▶ [About this exercise]: Below are the records; copy exactly the stretch from the line containing "f 537 642 644" through the line containing "line L15 (-285.75, 203.2)", both ends included, and nothing else.

▶ [Task inputs]:

──────

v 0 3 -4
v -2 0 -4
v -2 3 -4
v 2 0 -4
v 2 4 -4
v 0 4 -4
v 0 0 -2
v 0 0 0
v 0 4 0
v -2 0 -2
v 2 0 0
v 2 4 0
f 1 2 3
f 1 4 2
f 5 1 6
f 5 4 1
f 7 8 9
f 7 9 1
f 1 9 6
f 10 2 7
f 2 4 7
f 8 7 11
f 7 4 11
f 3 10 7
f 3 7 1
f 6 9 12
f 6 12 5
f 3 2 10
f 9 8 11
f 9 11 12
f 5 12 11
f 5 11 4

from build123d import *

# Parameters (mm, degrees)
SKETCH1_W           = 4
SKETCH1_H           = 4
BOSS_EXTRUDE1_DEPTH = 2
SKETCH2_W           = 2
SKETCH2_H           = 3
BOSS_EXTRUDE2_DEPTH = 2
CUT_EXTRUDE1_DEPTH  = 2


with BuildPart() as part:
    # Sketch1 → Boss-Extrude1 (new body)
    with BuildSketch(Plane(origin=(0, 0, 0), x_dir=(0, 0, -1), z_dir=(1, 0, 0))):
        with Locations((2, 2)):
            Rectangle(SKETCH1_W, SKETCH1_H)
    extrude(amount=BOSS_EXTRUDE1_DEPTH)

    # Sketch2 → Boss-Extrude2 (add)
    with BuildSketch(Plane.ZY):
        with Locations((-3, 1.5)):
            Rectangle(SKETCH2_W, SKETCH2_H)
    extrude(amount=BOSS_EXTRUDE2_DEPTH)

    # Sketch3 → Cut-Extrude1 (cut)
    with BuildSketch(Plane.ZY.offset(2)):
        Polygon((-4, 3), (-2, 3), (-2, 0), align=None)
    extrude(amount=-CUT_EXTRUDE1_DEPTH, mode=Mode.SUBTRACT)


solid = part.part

──────

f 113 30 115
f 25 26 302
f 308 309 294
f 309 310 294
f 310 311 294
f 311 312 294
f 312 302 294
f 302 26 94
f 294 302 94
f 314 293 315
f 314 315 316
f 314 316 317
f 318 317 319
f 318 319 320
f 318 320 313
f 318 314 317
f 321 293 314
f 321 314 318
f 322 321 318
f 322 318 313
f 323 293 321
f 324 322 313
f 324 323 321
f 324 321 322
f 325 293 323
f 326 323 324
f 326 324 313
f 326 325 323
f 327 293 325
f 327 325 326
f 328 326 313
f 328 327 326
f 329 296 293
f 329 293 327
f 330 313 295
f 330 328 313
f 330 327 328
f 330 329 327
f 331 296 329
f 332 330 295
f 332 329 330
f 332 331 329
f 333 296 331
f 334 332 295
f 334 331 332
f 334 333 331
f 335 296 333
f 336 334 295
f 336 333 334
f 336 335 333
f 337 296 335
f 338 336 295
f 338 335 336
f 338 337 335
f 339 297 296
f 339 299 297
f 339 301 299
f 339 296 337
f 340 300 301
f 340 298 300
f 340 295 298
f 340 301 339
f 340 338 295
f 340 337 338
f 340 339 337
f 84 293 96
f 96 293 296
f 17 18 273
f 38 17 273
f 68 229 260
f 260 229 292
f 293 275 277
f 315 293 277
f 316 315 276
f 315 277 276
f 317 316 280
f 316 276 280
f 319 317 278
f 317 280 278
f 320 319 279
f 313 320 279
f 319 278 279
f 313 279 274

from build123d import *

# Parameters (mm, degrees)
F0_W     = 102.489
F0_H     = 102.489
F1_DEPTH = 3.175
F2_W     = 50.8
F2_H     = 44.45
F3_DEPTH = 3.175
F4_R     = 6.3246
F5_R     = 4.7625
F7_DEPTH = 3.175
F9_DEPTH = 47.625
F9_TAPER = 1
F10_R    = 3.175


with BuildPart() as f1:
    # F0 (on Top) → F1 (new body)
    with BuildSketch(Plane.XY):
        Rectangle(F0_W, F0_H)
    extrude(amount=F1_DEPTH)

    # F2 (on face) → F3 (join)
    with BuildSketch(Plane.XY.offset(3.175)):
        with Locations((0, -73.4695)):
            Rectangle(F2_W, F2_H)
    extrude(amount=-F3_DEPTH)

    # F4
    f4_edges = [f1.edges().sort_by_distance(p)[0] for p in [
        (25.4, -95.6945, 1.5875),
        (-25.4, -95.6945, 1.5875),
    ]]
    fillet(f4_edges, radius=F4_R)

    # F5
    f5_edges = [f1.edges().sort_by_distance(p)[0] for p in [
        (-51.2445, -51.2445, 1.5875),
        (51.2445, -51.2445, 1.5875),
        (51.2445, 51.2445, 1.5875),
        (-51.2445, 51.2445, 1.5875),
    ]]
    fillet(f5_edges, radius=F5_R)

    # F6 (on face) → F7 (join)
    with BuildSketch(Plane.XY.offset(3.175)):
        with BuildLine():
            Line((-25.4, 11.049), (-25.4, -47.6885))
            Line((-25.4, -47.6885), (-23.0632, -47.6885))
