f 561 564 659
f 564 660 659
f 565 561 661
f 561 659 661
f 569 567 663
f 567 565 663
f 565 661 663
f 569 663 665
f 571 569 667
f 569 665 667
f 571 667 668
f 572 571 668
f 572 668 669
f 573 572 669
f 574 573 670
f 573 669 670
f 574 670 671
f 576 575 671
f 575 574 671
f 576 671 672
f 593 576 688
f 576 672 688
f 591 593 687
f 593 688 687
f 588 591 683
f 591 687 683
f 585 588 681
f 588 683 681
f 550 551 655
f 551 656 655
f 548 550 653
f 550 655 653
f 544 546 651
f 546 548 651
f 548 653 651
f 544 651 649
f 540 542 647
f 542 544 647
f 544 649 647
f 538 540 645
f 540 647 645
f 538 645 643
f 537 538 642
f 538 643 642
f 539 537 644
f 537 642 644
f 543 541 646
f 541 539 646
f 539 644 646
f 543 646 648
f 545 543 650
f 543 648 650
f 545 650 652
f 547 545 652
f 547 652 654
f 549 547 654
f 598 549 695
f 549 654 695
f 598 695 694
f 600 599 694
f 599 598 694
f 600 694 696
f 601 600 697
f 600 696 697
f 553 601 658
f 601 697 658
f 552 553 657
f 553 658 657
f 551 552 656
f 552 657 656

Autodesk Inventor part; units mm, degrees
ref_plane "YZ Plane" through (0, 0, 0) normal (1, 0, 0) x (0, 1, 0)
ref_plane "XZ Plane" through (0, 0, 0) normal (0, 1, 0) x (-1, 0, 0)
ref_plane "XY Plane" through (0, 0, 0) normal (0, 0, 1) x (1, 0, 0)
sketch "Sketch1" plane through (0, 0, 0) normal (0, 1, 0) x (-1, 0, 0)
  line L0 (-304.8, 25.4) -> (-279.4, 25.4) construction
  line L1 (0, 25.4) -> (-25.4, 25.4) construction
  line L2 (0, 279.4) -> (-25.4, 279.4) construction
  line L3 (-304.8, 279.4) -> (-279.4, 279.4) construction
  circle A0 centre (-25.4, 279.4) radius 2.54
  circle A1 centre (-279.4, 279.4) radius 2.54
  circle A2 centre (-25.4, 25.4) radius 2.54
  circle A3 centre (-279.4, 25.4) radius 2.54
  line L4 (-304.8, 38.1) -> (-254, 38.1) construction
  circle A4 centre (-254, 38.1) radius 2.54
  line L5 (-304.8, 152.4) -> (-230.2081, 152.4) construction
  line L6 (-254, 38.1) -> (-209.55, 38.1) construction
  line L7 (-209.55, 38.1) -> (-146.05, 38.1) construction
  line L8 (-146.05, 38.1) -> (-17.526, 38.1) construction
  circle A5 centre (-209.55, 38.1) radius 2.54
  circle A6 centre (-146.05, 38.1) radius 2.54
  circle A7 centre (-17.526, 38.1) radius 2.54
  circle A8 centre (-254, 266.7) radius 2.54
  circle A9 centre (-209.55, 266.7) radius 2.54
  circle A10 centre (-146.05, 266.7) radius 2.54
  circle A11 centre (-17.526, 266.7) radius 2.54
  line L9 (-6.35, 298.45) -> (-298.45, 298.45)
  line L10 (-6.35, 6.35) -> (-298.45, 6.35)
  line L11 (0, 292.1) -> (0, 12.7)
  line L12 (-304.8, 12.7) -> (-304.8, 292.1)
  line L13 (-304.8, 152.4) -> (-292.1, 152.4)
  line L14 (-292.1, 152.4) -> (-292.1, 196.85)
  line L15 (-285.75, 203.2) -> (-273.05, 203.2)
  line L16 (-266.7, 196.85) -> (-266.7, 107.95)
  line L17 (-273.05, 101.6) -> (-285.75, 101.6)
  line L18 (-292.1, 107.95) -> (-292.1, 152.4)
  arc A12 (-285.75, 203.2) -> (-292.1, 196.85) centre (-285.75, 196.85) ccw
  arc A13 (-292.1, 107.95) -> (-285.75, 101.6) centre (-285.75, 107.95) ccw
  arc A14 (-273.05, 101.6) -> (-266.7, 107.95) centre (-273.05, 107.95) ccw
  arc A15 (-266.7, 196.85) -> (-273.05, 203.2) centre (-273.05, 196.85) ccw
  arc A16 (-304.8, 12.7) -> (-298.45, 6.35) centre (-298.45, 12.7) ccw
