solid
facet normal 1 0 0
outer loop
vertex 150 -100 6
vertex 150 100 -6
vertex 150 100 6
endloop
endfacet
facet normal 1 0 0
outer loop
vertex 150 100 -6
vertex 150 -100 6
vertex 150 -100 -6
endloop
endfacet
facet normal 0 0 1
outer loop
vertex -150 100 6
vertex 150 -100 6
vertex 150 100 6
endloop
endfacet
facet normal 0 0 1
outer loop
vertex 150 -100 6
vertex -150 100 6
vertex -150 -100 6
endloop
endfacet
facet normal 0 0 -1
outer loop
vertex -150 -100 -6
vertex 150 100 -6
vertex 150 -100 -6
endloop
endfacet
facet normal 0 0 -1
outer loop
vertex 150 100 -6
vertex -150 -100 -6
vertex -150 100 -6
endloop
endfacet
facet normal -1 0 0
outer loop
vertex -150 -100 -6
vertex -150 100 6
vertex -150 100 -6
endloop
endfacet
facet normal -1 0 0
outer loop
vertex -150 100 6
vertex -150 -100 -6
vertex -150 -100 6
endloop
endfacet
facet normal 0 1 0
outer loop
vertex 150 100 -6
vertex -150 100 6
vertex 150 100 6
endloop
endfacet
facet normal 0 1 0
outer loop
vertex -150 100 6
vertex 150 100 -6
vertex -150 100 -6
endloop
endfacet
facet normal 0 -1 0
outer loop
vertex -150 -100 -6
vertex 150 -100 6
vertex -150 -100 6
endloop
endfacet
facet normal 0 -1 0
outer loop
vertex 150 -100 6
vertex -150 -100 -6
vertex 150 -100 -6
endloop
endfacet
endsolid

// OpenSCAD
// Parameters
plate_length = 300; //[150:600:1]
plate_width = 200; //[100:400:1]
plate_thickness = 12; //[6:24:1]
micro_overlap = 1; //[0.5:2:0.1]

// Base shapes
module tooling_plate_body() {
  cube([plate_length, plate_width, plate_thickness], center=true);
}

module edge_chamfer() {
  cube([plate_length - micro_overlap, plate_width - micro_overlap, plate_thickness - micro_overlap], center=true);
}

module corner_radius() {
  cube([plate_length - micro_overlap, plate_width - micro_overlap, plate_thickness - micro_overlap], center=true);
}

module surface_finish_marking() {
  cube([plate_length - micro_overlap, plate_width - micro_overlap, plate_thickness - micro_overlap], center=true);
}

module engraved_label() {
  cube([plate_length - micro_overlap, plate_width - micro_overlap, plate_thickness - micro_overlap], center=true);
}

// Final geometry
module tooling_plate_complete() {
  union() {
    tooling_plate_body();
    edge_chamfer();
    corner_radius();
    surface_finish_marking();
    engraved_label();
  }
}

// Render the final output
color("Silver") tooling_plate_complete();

──────

▶ [Solution]:
f 537 642 644
f 543 541 646
f 541 539 646
f 539 644 646
f 543 646 648
f 545 543 650
f 543 648 650
f 545 650 652
f 547 545 652
f 547 652 654
f 549 547 654
f 598 549 695
f 549 654 695
f 598 695 694
f 600 599 694
f 599 598 694
f 600 694 696
f 601 600 697
f 600 696 697
f 553 601 658
f 601 697 658
f 552 553 657
f 553 658 657
f 551 552 656
f 552 657 656

Autodesk Inventor part; units mm, degrees
ref_plane "YZ Plane" through (0, 0, 0) normal (1, 0, 0) x (0, 1, 0)
ref_plane "XZ Plane" through (0, 0, 0) normal (0, 1, 0) x (-1, 0, 0)
ref_plane "XY Plane" through (0, 0, 0) normal (0, 0, 1) x (1, 0, 0)
sketch "Sketch1" plane through (0, 0, 0) normal (0, 1, 0) x (-1, 0, 0)
  line L0 (-304.8, 25.4) -> (-279.4, 25.4) construction
  line L1 (0, 25.4) -> (-25.4, 25.4) construction
  line L2 (0, 279.4) -> (-25.4, 279.4) construction
  line L3 (-304.8, 279.4) -> (-279.4, 279.4) construction
  circle A0 centre (-25.4, 279.4) radius 2.54
  circle A1 centre (-279.4, 279.4) radius 2.54
  circle A2 centre (-25.4, 25.4) radius 2.54
  circle A3 centre (-279.4, 25.4) radius 2.54
  line L4 (-304.8, 38.1) -> (-254, 38.1) construction
  circle A4 centre (-254, 38.1) radius 2.54
  line L5 (-304.8, 152.4) -> (-230.2081, 152.4) construction
  line L6 (-254, 38.1) -> (-209.55, 38.1) construction
  line L7 (-209.55, 38.1) -> (-146.05, 38.1) construction
  line L8 (-146.05, 38.1) -> (-17.526, 38.1) construction
  circle A5 centre (-209.55, 38.1) radius 2.54
  circle A6 centre (-146.05, 38.1) radius 2.54
  circle A7 centre (-17.526, 38.1) radius 2.54
  circle A8 centre (-254, 266.7) radius 2.54
  circle A9 centre (-209.55, 266.7) radius 2.54
  circle A10 centre (-146.05, 266.7) radius 2.54
  circle A11 centre (-17.526, 266.7) radius 2.54
  line L9 (-6.35, 298.45) -> (-298.45, 298.45)
  line L10 (-6.35, 6.35) -> (-298.45, 6.35)
  line L11 (0, 292.1) -> (0, 12.7)
  line L12 (-304.8, 12.7) -> (-304.8, 292.1)
  line L13 (-304.8, 152.4) -> (-292.1, 152.4)
  line L14 (-292.1, 152.4) -> (-292.1, 196.85)
  line L15 (-285.75, 203.2) -> (-273.05, 203.2)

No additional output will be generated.